年頭のごあいさつの仕方

 今日から大学の講義も始まった。そして、教授会。まだ松のうちだから、「こんにちは」ではなく、年頭の御挨拶をしないといけないのだろう。しかし、いったいどこでどう諸先生方、職員の方々に御挨拶をしたものか、まことに困った。たとえば、エレベーターの中。「こんにちは」で会釈ならなんでもないのだが、「明けましておめでとうございます。本年もよろしくお願いします」などと長々深々と頭を下げるには、ここは狭すぎる。だいいち、何人かの先生が先に乗っていると、いったいどっちにどう向いていいのやら。
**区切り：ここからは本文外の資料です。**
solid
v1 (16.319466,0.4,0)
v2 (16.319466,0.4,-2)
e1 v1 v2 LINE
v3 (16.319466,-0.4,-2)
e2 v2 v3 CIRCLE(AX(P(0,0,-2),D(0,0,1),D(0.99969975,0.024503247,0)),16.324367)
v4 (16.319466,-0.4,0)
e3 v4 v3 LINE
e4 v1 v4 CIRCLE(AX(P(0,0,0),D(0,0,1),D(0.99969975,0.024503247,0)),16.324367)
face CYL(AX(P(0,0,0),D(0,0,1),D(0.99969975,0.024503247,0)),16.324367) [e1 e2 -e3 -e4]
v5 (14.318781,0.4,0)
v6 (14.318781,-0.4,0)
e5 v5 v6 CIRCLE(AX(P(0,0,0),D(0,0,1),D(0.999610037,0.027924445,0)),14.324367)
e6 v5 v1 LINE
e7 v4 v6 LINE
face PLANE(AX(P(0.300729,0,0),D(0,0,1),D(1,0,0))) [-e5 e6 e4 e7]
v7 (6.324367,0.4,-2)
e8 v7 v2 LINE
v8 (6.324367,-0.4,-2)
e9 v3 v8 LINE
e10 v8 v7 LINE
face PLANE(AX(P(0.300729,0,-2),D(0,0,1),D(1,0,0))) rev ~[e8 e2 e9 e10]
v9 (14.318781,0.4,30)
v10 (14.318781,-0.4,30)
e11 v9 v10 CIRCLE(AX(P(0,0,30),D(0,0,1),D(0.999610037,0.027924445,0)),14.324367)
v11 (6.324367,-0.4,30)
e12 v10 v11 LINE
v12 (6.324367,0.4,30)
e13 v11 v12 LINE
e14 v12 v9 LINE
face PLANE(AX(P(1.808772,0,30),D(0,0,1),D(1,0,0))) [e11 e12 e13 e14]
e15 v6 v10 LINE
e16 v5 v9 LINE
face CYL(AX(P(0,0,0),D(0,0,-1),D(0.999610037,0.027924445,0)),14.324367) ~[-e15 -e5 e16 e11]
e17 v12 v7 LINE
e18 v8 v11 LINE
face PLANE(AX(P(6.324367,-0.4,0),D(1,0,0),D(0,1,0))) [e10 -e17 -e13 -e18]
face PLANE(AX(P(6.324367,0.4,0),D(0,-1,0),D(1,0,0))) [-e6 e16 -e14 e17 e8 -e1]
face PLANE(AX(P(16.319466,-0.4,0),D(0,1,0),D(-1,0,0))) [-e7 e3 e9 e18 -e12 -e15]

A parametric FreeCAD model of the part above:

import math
import FreeCAD as App
import Part
import Sketcher

doc = App.newDocument("Part")
params = doc.addObject("Spreadsheet::Sheet", "Params")
for row, (alias, value) in enumerate([
    ("sketch1_height", "0.8 mm"),
    ("pad1_length", "30 mm"),
    ("sketch2_height", "0.8 mm"),
    ("pad2_length", "2 mm"),
], start=1):
    params.set(f"A{row}", alias)
    params.set(f"B{row}", "=" + value)
    params.setAlias(f"B{row}", alias)

body = doc.addObject("PartDesign::Body", "Body")

sketch1 = doc.addObject("Sketcher::SketchObject", "Sketch")
body.addObject(sketch1)
sketch1.AttachmentSupport = (doc.XY_Plane, [""])
sketch1.MapMode = "FlatFace"
sketch1.addGeometry([
    Part.LineSegment(App.Vector(6.324367, 0.4, 0), App.Vector(14.318781, 0.4, 0)),
    Part.ArcOfCircle(Part.Circle(App.Vector(0, 0, 0), App.Vector(0, 0, 1), 14.324367), math.radians(1.600161), math.radians(358.399839)),
    Part.LineSegment(App.Vector(14.318781, -0.4, 0), App.Vector(6.324367, -0.4, 0)),
    Part.LineSegment(App.Vector(6.324367, -0.4, 0), App.Vector(6.324367, 0.4, 0)),
], False)
sketch1.addConstraint([
    Sketcher.Constraint("Coincident", 0, 2, 1, 1),
    Sketcher.Constraint("Coincident", 1, 2, 2, 1),
    Sketcher.Constraint("Coincident", 2, 2, 3, 1),
    Sketcher.Constraint("Coincident", 3, 2, 0, 1),
    Sketcher.Constraint("Horizontal", 0),
    Sketcher.Constraint("Horizontal", 2),
    Sketcher.Constraint("Vertical", 3),
    Sketcher.Constraint("Coincident", 1, 3, -1, 1),
    Sketcher.Constraint("Vertical", 0, 2, 1, 2),
    Sketcher.Constraint("DistanceY", 3, 1, 3, 2, 0.8),
    Sketcher.Constraint("Radius", 1, 14.324367),
    Sketcher.Constraint("DistanceX", 0, 1, 0, 2, 7.994414),
])
sketch1.setExpression("Constraints[9]", "Params.sketch1_height")
pad1 = doc.addObject("PartDesign::Pad", "Pad")
body.addObject(pad1)
pad1.Profile = sketch1
pad1.setExpression("Length", "Params.pad1_length")

sketch2 = doc.addObject("Sketcher::SketchObject", "Sketch001")
body.addObject(sketch2)
sketch2.AttachmentSupport = (doc.XY_Plane, [""])
sketch2.MapMode = "FlatFace"
sketch2.addGeometry([
    Part.ArcOfCircle(Part.Circle(App.Vector(0, 0, 0), App.Vector(0, 0, 1), 16.324367), math.radians(1.404073), math.radians(358.595927)),
    Part.LineSegment(App.Vector(16.319466, -0.4, 0), App.Vector(6.324367, -0.4, 0)),
    Part.LineSegment(App.Vector(6.324367, -0.4, 0), App.Vector(6.324367, 0.4, 0)),
    Part.LineSegment(App.Vector(6.324367, 0.4, 0), App.Vector(16.319466, 0.4, 0)),
], False)
sketch2.addConstraint([
    Sketcher.Constraint("Coincident", 0, 2, 1, 1),
    Sketcher.Constraint("Coincident", 1, 2, 2, 1),
    Sketcher.Constraint("Coincident", 2, 2, 3, 1),
    Sketcher.Constraint("Coincident", 3, 2, 0, 1),
    Sketcher.Constraint("Horizontal", 1),
    Sketcher.Constraint("Vertical", 2),
    Sketcher.Constraint("Horizontal", 3),
    Sketcher.Constraint("Coincident", 0, 3, -1, 1),
    Sketcher.Constraint("Vertical", 0, 2, 3, 2),
    Sketcher.Constraint("DistanceY", 2, 1, 2, 2, 0.8),
    Sketcher.Constraint("DistanceX", 1, 2, 1, 1, 9.995099),
    Sketcher.Constraint("Radius", 0, 16.324367),
])
sketch2.setExpression("Constraints[9]", "Params.sketch2_height")
pad2 = doc.addObject("PartDesign::Pad", "Pad001")
body.addObject(pad2)
pad2.Profile = sketch2
pad2.setExpression("Length", "Params.pad2_length")
pad2.Reversed = True

doc.recompute()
 そして、教授会の建物のホールでのエレベーター待ち。これも、困る。先に何人もいっぱいいすぎる。そのうえ、次から次へと別の先生がやってくる。そのたびに個別に挨拶をしてうろちょろなどというのは、じゃまでしかない。結局、みんなばらばらにごちゃごちゃ。

 考えてみれば、これまでずっと松のうちはオフだった。ふつうの会社って、どうしているのだろうか。電車の駅のホームとか、通勤途中の舗道とかでも、同じ会社の人や取引先の人を見かけるたびに、立ち止まって御挨拶をするのだろうか。自分の常識の無さで、今日はあちこちで失礼をしてしまったようで、とても気がひける。